Friday, August 11, 2006

EUR USD (1.2770)
Range-traders managed to keep the euro firmly hemmed in yesterday. It is even remarkable that it still trades the same range that was put in place last Friday – and even that was no more than average. Yet much has happened in the meantime: a possible halt to the Fed’s two-year tightening cycle and a major terror alert. The euro met (predictably) good selling as it retested the recent 1.2910 highs. Trading volumes were very robust – especially in the high $1.28s – which means that many people were in on the act (according to market talk, even central banks). The US trade figures were finally just a footnote to the day’s activity. The euro fell thereafter, but not because of the number; traders simply waited for the release to be out of the way before doing what they had planned to do anyway.

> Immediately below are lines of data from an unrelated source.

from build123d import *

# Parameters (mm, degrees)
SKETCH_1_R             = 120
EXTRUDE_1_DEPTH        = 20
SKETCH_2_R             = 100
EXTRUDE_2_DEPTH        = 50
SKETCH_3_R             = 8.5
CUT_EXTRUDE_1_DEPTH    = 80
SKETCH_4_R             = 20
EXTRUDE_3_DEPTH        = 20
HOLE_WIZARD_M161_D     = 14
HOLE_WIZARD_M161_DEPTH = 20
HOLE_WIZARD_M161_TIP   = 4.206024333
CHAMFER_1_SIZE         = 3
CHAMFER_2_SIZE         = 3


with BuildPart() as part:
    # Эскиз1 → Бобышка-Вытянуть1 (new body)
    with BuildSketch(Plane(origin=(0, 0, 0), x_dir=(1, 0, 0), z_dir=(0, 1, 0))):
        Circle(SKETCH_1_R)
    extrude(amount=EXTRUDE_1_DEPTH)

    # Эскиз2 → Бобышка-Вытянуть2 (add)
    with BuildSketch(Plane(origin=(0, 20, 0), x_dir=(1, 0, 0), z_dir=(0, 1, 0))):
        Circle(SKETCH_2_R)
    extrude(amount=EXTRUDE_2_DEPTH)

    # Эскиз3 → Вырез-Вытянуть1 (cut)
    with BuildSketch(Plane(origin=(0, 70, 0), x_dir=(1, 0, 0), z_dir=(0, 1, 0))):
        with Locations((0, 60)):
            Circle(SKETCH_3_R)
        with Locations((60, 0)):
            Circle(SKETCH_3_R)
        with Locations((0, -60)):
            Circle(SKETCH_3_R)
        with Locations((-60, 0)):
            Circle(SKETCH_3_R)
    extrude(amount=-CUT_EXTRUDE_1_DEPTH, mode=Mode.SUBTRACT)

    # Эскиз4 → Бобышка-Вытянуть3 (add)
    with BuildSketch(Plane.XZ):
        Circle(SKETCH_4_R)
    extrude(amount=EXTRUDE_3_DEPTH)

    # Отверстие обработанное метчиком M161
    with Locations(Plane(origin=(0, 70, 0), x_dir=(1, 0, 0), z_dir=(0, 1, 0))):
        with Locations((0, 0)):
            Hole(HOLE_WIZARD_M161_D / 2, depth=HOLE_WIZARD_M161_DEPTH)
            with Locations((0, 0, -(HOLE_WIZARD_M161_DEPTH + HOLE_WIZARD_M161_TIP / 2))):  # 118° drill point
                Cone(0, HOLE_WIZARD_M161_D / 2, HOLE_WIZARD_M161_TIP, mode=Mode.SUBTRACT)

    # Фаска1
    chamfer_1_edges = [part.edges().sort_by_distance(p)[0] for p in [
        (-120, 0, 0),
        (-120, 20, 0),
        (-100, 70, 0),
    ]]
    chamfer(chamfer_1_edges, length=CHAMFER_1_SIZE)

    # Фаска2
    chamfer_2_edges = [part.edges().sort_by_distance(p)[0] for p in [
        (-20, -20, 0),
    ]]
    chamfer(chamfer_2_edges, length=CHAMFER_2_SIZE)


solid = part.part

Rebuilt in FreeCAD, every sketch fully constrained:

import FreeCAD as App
import Part
import Sketcher


def edges_at(feature, points):
    """Names of the edges that pass closest to the given points."""
    edges = feature.Shape.Edges
    near = lambda p: min(range(len(edges)), key=lambda i: edges[i].distToShape(Part.Vertex(*p))[0])
    return sorted({f"Edge{near(p) + 1}" for p in points})

doc = App.newDocument("Part")
params = doc.addObject("Spreadsheet::Sheet", "Params")
for row, (alias, value) in enumerate([
    ("sketch1_diameter", "240 mm"),
    ("pad1_length", "20 mm"),
    ("sketch2_diameter", "200 mm"),
    ("pad2_length", "50 mm"),
    ("sketch3_diameter", "17 mm"),
    ("pocket1_length", "80 mm"),
    ("sketch4_diameter", "40 mm"),
    ("pad3_length", "20 mm"),
    ("sketch5_diameter", "14 mm"),
    ("hole_diameter", "14 mm"),
    ("hole_depth", "20 mm"),
    ("chamfer_size", "3 mm"),
    ("chamfer2_size", "3 mm"),
], start=1):
    params.set(f"A{row}", alias)
    params.set(f"B{row}", "=" + value)
    params.setAlias(f"B{row}", alias)

body = doc.addObject("PartDesign::Body", "Body")

# Sketch on XZ plane
sketch1 = body.newObject("Sketcher::SketchObject", "Sketch")
sketch1.AttachmentSupport = (doc.getObject("XZ_Plane"), [""])
sketch1.MapMode = "FlatFace"
sketch1.addGeometry(Part.Circle(App.Vector(0, 0, 0), App.Vector(0, 0, 1), 120), False)
sketch1.addConstraint([
    Sketcher.Constraint("Coincident", 0, 3, -1, 1),
    Sketcher.Constraint("Diameter", 0, 240.0),
])
sketch1.setExpression("Constraints[1]", "Params.sketch1_diameter")
pad1 = body.newObject("PartDesign::Pad", "Pad")
pad1.Profile = sketch1
pad1.setExpression("Length", "Params.pad1_length")
pad1.Reversed = True

# Sketch on XZ plane
sketch2 = body.newObject("Sketcher::SketchObject", "Sketch001")
sketch2.AttachmentSupport = (doc.getObject("XZ_Plane"), [""])
sketch2.MapMode = "FlatFace"
sketch2.AttachmentOffset = App.Placement(App.Vector(0, 0, -20), App.Rotation())
sketch2.addGeometry(Part.Circle(App.Vector(0, 0, 0), App.Vector(0, 0, 1), 100), False)
sketch2.addConstraint([
    Sketcher.Constraint("Coincident", 0, 3, -1, 1),
    Sketcher.Constraint("Diameter", 0, 200.0),
])
sketch2.setExpression("Constraints[1]", "Params.sketch2_diameter")
pad2 = body.newObject("PartDesign::Pad", "Pad001")
pad2.Profile = sketch2
pad2.setExpression("Length", "Params.pad2_length")
pad2.Reversed = True

# Sketch on XZ plane
sketch3 = body.newObject("Sketcher::SketchObject", "Sketch002")
sketch3.AttachmentSupport = (doc.getObject("XZ_Plane"), [""])
sketch3.MapMode = "FlatFace"
sketch3.AttachmentOffset = App.Placement(App.Vector(0, 0, -70), App.Rotation())
sketch3.addGeometry([
    Part.Circle(App.Vector(0, -60, 0), App.Vector(0, 0, 1), 8.5),
    Part.Circle(App.Vector(60, 0, 0), App.Vector(0, 0, 1), 8.5),
    Part.Circle(App.Vector(0, 60, 0), App.Vector(0, 0, 1), 8.5),
    Part.Circle(App.Vector(-60, 0, 0), App.Vector(0, 0, 1), 8.5),
], False)
sketch3.addConstraint([
    Sketcher.Constraint("Equal", 0, 1),
    Sketcher.Constraint("Equal", 1, 2),
    Sketcher.Constraint("Equal", 2, 3),
    Sketcher.Constraint("Symmetric", 0, 3, 2, 3, -1, 1),
    Sketcher.Constraint("Symmetric", 1, 3, 3, 3, -1, 1),
    Sketcher.Constraint("PointOnObject", 0, 3, -2),
    Sketcher.Constraint("PointOnObject", 1, 3, -1),
    Sketcher.Constraint("Diameter", 0, 17.0),
    Sketcher.Constraint("DistanceY", 0, 3, -1, 1, 60.0),
    Sketcher.Constraint("DistanceX", -1, 1, 1, 3, 60.0),
])
sketch3.setExpression("Constraints[7]", "Params.sketch3_diameter")
pocket1 = body.newObject("PartDesign::Pocket", "Pocket")
pocket1.Profile = sketch3
pocket1.setExpression("Length", "Params.pocket1_length")
pocket1.Reversed = True

# Sketch on XZ plane
sketch4 = body.newObject("Sketcher::SketchObject", "Sketch003")
sketch4.AttachmentSupport = (doc.getObject("XZ_Plane"), [""])
sketch4.MapMode = "FlatFace"
sketch4.addGeometry(Part.Circle(App.Vector(0, 0, 0), App.Vector(0, 0, 1), 20), False)
sketch4.addConstraint([
    Sketcher.Constraint("Coincident", 0, 3, -1, 1),
    Sketcher.Constraint("Diameter", 0, 40.0),
])
sketch4.setExpression("Constraints[1]", "Params.sketch4_diameter")
pad3 = body.newObject("PartDesign::Pad", "Pad002")
pad3.Profile = sketch4
pad3.setExpression("Length", "Params.pad3_length")

# Sketch on XZ plane
sketch5 = body.newObject("Sketcher::SketchObject", "Sketch004")
sketch5.AttachmentSupport = (doc.getObject("XZ_Plane"), [""])
sketch5.MapMode = "FlatFace"
sketch5.AttachmentOffset = App.Placement(App.Vector(0, 0, -70), App.Rotation())
sketch5.addGeometry(Part.Circle(App.Vector(0, 0, 0), App.Vector(0, 0, 1), 7), False)
sketch5.addConstraint([
    Sketcher.Constraint("Coincident", 0, 3, -1, 1),
    Sketcher.Constraint("Diameter", 0, 14.0),
])
sketch5.setExpression("Constraints[1]", "Params.sketch5_diameter")
doc.recompute()
hole = body.newObject("PartDesign::Hole", "Hole")
hole.Profile = sketch5
hole.ThreadType = "None"
hole.setExpression("Diameter", "Params.hole_diameter")
hole.DepthType = "Dimension"
hole.setExpression("Depth", "Params.hole_depth")
hole.DrillPoint = "Angled"
hole.DrillPointAngle = 118
hole.Reversed = True
doc.recompute()

chamfer = body.newObject("PartDesign::Chamfer", "Chamfer")
chamfer.Base = (hole, edges_at(hole, [(-120, 0, 0), (-120, 20, 0), (-100, 70, 0)]))
chamfer.setExpression("Size", "Params.chamfer_size")
doc.recompute()

chamfer2 = body.newObject("PartDesign::Chamfer", "Chamfer001")
chamfer2.Base = (chamfer, edges_at(chamfer, [(-20, -20, 0)]))
chamfer2.setExpression("Size", "Params.chamfer2_size")

doc.recompute()
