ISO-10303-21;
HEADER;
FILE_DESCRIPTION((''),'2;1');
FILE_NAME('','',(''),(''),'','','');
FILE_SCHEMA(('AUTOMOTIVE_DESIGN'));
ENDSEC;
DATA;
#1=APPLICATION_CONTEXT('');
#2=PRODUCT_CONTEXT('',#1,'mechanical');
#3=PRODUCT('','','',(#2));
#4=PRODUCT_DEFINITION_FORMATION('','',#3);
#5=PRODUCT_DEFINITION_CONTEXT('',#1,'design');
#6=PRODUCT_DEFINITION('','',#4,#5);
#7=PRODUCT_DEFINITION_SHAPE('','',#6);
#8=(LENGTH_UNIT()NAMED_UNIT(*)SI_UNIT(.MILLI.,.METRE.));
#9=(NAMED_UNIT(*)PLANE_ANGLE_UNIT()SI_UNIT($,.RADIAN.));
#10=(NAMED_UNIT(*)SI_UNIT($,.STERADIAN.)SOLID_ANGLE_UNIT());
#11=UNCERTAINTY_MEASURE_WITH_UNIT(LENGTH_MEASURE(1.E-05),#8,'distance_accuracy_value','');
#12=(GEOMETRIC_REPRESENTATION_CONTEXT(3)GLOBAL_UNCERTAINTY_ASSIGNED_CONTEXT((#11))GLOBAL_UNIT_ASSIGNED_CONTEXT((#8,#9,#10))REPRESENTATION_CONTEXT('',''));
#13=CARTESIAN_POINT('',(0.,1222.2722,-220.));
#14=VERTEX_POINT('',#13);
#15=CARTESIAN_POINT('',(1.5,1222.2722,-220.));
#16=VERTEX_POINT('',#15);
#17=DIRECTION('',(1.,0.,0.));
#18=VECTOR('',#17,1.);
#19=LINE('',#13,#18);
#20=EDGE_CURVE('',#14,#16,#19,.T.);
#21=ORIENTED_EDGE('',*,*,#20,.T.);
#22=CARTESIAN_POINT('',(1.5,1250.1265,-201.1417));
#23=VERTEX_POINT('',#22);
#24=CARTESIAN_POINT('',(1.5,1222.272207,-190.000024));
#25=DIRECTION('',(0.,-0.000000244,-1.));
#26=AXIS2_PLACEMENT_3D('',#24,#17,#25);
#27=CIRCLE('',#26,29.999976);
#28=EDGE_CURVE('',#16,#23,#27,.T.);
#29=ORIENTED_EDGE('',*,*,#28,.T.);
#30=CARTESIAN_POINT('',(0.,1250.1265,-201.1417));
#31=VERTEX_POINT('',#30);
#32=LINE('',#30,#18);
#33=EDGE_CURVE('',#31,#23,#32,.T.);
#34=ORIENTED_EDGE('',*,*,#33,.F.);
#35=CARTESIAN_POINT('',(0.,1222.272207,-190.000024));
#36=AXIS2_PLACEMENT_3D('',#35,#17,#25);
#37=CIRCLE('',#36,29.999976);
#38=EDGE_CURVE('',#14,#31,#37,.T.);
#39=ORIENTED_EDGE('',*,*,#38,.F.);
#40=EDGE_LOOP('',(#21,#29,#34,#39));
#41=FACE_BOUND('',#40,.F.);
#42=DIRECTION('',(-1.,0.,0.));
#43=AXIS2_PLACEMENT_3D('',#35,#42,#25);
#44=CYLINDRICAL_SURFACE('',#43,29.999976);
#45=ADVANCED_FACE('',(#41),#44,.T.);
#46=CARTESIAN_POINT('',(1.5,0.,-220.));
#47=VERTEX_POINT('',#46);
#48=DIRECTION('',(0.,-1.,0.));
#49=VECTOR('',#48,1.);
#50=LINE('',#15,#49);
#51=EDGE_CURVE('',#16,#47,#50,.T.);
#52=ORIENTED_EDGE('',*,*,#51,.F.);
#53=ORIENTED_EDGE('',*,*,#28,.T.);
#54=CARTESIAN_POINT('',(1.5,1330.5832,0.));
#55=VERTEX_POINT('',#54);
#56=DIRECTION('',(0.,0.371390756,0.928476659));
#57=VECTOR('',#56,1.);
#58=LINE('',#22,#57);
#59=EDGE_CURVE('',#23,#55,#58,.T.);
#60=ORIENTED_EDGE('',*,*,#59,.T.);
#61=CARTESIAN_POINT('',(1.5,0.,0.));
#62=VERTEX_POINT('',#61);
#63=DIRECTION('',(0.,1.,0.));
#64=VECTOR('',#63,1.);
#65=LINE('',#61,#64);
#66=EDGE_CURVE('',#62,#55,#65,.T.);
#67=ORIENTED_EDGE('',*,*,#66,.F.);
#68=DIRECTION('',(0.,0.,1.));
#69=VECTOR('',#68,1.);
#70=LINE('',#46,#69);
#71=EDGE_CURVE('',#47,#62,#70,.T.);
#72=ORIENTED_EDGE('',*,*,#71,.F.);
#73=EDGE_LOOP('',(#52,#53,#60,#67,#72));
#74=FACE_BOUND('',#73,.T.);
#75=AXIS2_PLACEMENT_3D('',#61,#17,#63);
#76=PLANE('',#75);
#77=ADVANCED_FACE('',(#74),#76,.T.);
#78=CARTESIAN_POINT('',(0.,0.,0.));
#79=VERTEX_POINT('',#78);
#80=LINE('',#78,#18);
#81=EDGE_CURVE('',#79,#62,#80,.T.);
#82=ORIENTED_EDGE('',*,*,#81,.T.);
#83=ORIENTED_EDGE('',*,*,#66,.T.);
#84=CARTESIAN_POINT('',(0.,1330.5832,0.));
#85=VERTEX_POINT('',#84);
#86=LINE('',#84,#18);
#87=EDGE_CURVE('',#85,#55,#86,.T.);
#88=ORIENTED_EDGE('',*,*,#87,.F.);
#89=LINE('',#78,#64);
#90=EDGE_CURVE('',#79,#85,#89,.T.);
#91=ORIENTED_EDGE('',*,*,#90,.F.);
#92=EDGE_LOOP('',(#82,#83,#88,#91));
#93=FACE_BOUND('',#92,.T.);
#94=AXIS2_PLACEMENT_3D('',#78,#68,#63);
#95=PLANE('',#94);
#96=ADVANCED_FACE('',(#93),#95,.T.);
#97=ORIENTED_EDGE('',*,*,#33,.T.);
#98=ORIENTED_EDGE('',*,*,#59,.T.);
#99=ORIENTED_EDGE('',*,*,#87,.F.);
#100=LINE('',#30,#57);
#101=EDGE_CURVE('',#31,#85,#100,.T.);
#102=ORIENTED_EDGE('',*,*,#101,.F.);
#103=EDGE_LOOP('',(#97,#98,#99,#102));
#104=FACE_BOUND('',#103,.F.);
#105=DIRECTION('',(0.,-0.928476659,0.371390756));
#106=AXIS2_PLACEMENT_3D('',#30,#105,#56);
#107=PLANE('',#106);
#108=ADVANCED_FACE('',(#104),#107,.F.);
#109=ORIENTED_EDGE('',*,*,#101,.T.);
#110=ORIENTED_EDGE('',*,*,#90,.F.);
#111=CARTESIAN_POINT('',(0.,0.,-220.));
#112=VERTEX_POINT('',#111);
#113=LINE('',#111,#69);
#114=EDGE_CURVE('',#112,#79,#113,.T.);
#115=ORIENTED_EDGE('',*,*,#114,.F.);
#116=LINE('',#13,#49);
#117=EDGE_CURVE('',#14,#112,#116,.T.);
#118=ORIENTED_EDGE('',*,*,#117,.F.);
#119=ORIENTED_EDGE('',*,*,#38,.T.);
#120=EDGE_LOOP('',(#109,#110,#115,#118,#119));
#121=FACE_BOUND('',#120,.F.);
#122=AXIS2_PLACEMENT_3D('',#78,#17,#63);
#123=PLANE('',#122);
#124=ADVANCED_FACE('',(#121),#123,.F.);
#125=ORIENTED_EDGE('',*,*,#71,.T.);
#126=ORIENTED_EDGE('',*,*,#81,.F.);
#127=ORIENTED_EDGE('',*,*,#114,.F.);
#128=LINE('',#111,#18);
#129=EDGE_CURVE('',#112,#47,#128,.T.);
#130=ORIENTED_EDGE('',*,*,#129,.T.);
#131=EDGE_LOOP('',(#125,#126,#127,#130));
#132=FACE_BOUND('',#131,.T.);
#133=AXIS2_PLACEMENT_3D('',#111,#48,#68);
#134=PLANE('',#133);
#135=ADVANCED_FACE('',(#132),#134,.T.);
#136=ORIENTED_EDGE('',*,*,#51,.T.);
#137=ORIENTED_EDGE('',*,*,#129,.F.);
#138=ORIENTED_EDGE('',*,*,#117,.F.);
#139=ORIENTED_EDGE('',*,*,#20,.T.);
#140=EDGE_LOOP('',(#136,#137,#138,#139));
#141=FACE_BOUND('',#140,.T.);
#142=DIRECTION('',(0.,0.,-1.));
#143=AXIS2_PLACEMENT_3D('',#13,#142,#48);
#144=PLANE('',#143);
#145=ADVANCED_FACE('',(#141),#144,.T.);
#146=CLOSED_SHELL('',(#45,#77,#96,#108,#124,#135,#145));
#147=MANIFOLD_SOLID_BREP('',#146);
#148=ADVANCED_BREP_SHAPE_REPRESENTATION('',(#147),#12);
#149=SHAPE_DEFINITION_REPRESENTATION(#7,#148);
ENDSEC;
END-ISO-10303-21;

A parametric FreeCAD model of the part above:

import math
import FreeCAD as App
import Part
import Sketcher
Q = App.Units.Quantity

doc = App.newDocument("Part")
params = doc.addObject("Spreadsheet::Sheet", "Params")
for row, (alias, value) in enumerate([
    ("sketch1_radius", "30 mm"),
    ("sketch1_height", "220 mm"),
    ("pad1_length", "1.5 mm"),
], start=1):
    params.set(f"A{row}", alias)
    params.set(f"B{row}", "=" + value)
    params.setAlias(f"B{row}", alias)

body = doc.addObject("PartDesign::Body", "Body")

# Sketch on YZ plane
sketch1 = body.newObject("Sketcher::SketchObject", "Sketch")
sketch1.AttachmentSupport = (doc.getObject("YZ_Plane"), [""])
sketch1.MapMode = "FlatFace"
sketch1.addGeometry([
    Part.ArcOfCircle(Part.Circle(App.Vector(1222.2722, -190, 0), App.Vector(0, 0, 1), 30), math.radians(-90), math.radians(-21.801374)),  # 0
    Part.LineSegment(App.Vector(1250.1265, -201.1417, 0), App.Vector(1330.5832, 0, 0)),  # 1
    Part.LineSegment(App.Vector(1330.5832, 0, 0), App.Vector(0, 0, 0)),  # 2
    Part.LineSegment(App.Vector(0, 0, 0), App.Vector(0, -220, 0)),  # 3
    Part.LineSegment(App.Vector(0, -220, 0), App.Vector(1222.2722, -220, 0)),  # 4
], False)
sketch1.addConstraint([
    Sketcher.Constraint("Tangent", 0, 2, 1, 1),
    Sketcher.Constraint("Coincident", 1, 2, 2, 1),
    Sketcher.Constraint("Coincident", 2, 2, 3, 1),
    Sketcher.Constraint("Coincident", 3, 2, 4, 1),
    Sketcher.Constraint("Tangent", 4, 2, 0, 1),
    Sketcher.Constraint("Horizontal", 2),
    Sketcher.Constraint("Vertical", 3),
    Sketcher.Constraint("Horizontal", 4),
    Sketcher.Constraint("Coincident", 2, 2, -1, 1),
    Sketcher.Constraint("Radius", 0, Q("30 mm")),
    Sketcher.Constraint("DistanceY", 3, 2, 3, 1, Q("220 mm")),
    Sketcher.Constraint("DistanceX", 2, 2, 2, 1, Q("1330.5832 mm")),
    Sketcher.Constraint("DistanceX", 4, 1, 4, 2, Q("1222.2722 mm")),
])
sketch1.setExpression("Constraints[9]", "Params.sketch1_radius")
sketch1.setExpression("Constraints[10]", "Params.sketch1_height")
pad1 = body.newObject("PartDesign::Pad", "Pad")
pad1.Profile = sketch1
pad1.setExpression("Length", "Params.pad1_length")

doc.recompute()
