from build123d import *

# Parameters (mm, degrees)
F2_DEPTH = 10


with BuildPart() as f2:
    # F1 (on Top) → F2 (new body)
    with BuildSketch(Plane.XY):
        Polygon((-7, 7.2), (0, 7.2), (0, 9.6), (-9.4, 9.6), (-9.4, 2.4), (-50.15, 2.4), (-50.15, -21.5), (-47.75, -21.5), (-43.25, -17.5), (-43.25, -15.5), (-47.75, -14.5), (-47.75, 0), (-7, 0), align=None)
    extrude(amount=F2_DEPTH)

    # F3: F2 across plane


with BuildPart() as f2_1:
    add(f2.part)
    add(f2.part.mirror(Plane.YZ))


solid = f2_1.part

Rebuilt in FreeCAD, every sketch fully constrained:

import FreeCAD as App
import Part
import Sketcher
from FreeCAD import Vector


def add_polygon(sketch, points):
    """Adds a closed chain of lines whose ends are joined by coincident constraints."""
    first, n = sketch.GeometryCount, len(points)
    for a, b in zip(points, points[1:] + points[:1]):
        sketch.addGeometry(Part.LineSegment(App.Vector(*a, 0), App.Vector(*b, 0)), False)
    for i in range(n):
        sketch.addConstraint(Sketcher.Constraint("Coincident", first + i, 2, first + (i + 1) % n, 1))

doc = App.newDocument("Part")
body = doc.addObject("PartDesign::Body", "Body")

# Sketch on XY plane
sketch1 = body.newObject("Sketcher::SketchObject", "Sketch")
sketch1.AttachmentSupport = (doc.getObject("XY_Plane"), [""])
sketch1.MapMode = "FlatFace"
add_polygon(sketch1, [(-7, 7.2), (0, 7.2), (0, 9.6), (-9.4, 9.6), (-9.4, 2.4), (-50.1, 2.4), (-50.1, -21.5), (-47.8, -21.5), (-43.2, -17.5), (-43.2, -15.5), (-47.8, -14.5), (-47.8, 0), (-7, 0)])  # lines 0-12
sketch1.addConstraint([
    Sketcher.Constraint("Horizontal", 0),
    Sketcher.Constraint("Vertical", 1),
    Sketcher.Constraint("Horizontal", 2),
    Sketcher.Constraint("Vertical", 3),
    Sketcher.Constraint("Horizontal", 4),
    Sketcher.Constraint("Vertical", 5),
    Sketcher.Constraint("Horizontal", 6),
    Sketcher.Constraint("Vertical", 8),
    Sketcher.Constraint("Vertical", 10),
    Sketcher.Constraint("Horizontal", 11),
    Sketcher.Constraint("Vertical", 12),
    Sketcher.Constraint("PointOnObject", 0, 2, -2),
    Sketcher.Constraint("PointOnObject", 10, 2, -1),
    Sketcher.Constraint("Vertical", 6, 2, 9, 2),
    Sketcher.Constraint("Equal", 4, 11),
    Sketcher.Constraint("Equal", 6, 1),
    Sketcher.Constraint("Equal", 3, 12),
    Sketcher.Constraint("DistanceX", 0, 1, 0, 2, 7.0),
    Sketcher.Constraint("DistanceY", 8, 1, 8, 2, 2.0),
    Sketcher.Constraint("DistanceX", 2, 2, 2, 1, 9.4),
    Sketcher.Constraint("DistanceY", 3, 2, 3, 1, 7.2),
    Sketcher.Constraint("DistanceY", 5, 2, 5, 1, 23.9),
    Sketcher.Constraint("DistanceY", 10, 1, 10, 2, 14.5),
    Sketcher.Constraint("DistanceY", 6, 2, 7, 2, 4.0),
    Sketcher.Constraint("DistanceX", 4, 2, 4, 1, 40.75),
    Sketcher.Constraint("DistanceX", 6, 2, 7, 2, 4.5),
])
pad1 = body.newObject("PartDesign::Pad", "Pad")
pad1.Profile = sketch1
pad1.Length = 10
body2 = doc.addObject("PartDesign::Body", "Body001")
doc.recompute()

body2.BaseFeature = body
doc.recompute()

mirroring = doc.addObject("Part::Mirroring", "Mirroring")
mirroring.Source = body
mirroring.Base = Vector(0, 0, 0)
mirroring.Normal = Vector(1, 0, 0)
body3 = doc.addObject("PartDesign::Body", "Body002")
body3.BaseFeature = mirroring
boolean = body2.newObject("PartDesign::Boolean", "Boolean")
boolean.Type = "Fuse"
boolean.addObjects([body3])
doc.recompute()
mirroring.Visibility = False

doc.recompute()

Our dip-buying effort from yesterday came unstuck overnight as the single-currency retreated to a 1.2745 low (apologies). But all is not lost. Good support still remains at 1.2710 and this would also merit a ‘last’ bullish strategy (already at 1.2725). The risk-limit would have to be set immediately below as the demand situation deteriorates dangerously thereafter, exposing a risk down to 1.2430. To the upside, any move above 1.2860 would suggest a re-stabilisation.

USD JPY (115.50)
The dollar simply re-traded a familiar near-term range yesterday. Among a mixed market discussion, talk about a revival of carry-trading, a review of the prospects for yuanflexibility and, later on, the implications of oil-price weakness, all made an appearance. No consistent theme developed to suggest that traders adhered to any directional preference. We therefore continue to anticipate further sideways action. We monitor nearby points at 114.90 and 114.50 to the downside, and at 115.90 and 116.75 to the upside.

EUR JPY (147.60)
The cross corrected more forcefully from our tough overhead point yesterday. As mentioned in our last report, the euro has already filled its near-term upside potential, so we can no longer subscribe to the idea of buying on dips. Indeed, a violation of support at 146.10 would open the door to even greater downward correction. Initial demand comes in at 146.90 today. Any rebound will now meet resistance at 147.90. One can even anticipate good supply at 148.70 in case of a move to new highs.

GBP USD (1.8920)
Cable ought now to have moved back to levels that would-be dip-buyers should find attractive. Although it is possible that yesterday’s UK terror alert scared off some buyers, we assume that many of those who had missed out on Sterling’s prior upmove (or who were on the wrong side off it) have had the chance to cover. This will take some of the dynamism out of the uprend, meaning that good supply will already be apparent at 1.9050 and that the risk for more downward corrections to 1.8655 must be considered.

AUD USD (0.7710)
Our previous objective at 0.7710 capped the upswing yesterday and remains the most important overhead hurdle. Beyond there, we would look for further immediate gains to 0.7810. Support, now at 0.7655/60, would serve as a new downside risk-limit for a further bullish strategy – either following a break higher or in the case of an earlier dip.